Problem requirements:
Tally the lines below containing the word "origin" and give that total alone.

Collected data entries
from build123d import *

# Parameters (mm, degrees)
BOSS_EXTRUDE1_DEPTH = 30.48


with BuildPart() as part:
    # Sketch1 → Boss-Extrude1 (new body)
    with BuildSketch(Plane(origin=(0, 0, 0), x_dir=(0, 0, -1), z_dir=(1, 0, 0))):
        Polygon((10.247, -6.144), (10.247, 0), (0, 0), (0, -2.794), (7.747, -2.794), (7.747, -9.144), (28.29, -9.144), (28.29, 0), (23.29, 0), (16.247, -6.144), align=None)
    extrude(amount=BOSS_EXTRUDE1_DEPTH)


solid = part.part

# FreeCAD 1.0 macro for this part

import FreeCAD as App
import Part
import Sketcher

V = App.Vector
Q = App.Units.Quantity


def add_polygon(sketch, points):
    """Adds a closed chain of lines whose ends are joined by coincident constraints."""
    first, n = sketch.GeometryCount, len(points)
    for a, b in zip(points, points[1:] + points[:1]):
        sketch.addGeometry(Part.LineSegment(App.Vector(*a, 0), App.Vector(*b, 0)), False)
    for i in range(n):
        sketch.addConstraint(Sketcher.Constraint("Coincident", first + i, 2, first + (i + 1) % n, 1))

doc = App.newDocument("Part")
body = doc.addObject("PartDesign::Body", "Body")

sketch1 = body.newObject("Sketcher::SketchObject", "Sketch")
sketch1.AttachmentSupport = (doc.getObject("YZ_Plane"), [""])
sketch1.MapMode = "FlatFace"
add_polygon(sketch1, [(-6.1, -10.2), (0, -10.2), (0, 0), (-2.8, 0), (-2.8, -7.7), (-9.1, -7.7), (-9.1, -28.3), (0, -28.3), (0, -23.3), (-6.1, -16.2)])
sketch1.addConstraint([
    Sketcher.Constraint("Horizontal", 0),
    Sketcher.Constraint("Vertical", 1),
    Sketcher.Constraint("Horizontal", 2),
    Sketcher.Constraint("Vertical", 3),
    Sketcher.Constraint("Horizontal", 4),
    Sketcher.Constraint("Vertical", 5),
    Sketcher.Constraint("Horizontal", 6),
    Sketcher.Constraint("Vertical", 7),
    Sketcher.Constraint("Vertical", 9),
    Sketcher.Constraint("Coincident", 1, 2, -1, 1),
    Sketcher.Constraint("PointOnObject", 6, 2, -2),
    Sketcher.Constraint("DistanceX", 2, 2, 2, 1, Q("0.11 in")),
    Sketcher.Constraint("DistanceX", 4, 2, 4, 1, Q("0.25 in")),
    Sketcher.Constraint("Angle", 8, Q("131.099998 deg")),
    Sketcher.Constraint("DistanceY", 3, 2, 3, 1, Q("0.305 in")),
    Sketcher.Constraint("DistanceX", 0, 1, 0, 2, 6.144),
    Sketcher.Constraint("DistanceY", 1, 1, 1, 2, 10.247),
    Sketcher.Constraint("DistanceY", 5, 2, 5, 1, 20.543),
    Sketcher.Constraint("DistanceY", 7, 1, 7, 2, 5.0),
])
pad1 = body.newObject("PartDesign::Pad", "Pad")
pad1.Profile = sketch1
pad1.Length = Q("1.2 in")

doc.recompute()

...

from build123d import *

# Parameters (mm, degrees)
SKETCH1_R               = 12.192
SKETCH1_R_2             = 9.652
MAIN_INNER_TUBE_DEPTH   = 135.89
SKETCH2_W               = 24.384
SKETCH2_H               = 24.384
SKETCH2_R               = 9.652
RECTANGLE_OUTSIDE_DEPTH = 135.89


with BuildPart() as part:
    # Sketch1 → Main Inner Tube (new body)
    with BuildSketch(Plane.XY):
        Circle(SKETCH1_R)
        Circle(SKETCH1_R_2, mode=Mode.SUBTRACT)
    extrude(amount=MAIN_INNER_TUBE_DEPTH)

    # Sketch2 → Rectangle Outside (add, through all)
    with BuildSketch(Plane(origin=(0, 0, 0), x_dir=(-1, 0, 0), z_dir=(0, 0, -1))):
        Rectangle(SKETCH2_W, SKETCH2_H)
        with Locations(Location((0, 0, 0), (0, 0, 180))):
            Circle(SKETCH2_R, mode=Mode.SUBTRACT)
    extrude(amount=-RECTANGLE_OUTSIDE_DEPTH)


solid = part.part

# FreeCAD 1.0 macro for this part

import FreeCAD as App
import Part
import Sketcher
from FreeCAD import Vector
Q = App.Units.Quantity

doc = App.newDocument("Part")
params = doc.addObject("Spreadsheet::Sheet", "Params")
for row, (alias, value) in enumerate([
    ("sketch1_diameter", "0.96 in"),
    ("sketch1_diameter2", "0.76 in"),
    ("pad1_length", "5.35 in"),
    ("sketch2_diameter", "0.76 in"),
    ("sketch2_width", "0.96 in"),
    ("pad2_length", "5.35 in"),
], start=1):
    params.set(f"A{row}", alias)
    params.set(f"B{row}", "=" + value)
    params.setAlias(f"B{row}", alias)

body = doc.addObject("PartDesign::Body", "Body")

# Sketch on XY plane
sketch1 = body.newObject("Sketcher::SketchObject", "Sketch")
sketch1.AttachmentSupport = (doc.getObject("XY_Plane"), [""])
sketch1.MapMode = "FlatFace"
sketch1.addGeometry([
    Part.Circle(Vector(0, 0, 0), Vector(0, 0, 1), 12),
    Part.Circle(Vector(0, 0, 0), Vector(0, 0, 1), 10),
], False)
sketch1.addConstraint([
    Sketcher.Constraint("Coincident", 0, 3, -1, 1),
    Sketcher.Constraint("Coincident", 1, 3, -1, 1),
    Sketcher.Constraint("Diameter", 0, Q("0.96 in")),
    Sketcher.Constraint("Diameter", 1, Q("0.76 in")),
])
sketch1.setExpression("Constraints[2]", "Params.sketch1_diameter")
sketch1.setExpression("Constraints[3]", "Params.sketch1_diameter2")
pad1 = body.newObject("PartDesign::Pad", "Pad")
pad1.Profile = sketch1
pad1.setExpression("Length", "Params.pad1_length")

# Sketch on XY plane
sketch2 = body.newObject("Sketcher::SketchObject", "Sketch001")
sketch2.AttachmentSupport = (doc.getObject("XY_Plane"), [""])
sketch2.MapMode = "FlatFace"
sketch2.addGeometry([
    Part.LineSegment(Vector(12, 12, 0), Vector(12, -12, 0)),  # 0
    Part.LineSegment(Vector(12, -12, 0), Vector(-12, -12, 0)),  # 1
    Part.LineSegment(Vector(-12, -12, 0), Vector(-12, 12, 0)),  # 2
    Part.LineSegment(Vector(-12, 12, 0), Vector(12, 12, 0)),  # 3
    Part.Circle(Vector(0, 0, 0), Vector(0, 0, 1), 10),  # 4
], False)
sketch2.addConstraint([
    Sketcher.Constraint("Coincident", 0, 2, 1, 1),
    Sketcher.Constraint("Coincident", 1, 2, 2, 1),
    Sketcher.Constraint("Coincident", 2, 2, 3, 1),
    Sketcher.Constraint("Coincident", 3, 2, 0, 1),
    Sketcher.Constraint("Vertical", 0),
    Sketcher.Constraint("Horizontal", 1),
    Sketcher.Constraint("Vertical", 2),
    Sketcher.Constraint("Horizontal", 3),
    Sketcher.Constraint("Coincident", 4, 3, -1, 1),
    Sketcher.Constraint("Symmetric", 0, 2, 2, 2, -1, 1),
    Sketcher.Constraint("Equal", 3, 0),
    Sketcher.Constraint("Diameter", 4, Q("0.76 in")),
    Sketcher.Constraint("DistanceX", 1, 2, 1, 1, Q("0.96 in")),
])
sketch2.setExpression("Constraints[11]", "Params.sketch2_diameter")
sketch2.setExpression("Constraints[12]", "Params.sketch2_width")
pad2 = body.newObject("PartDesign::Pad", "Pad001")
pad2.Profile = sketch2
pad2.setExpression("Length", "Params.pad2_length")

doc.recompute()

Result of this task:
2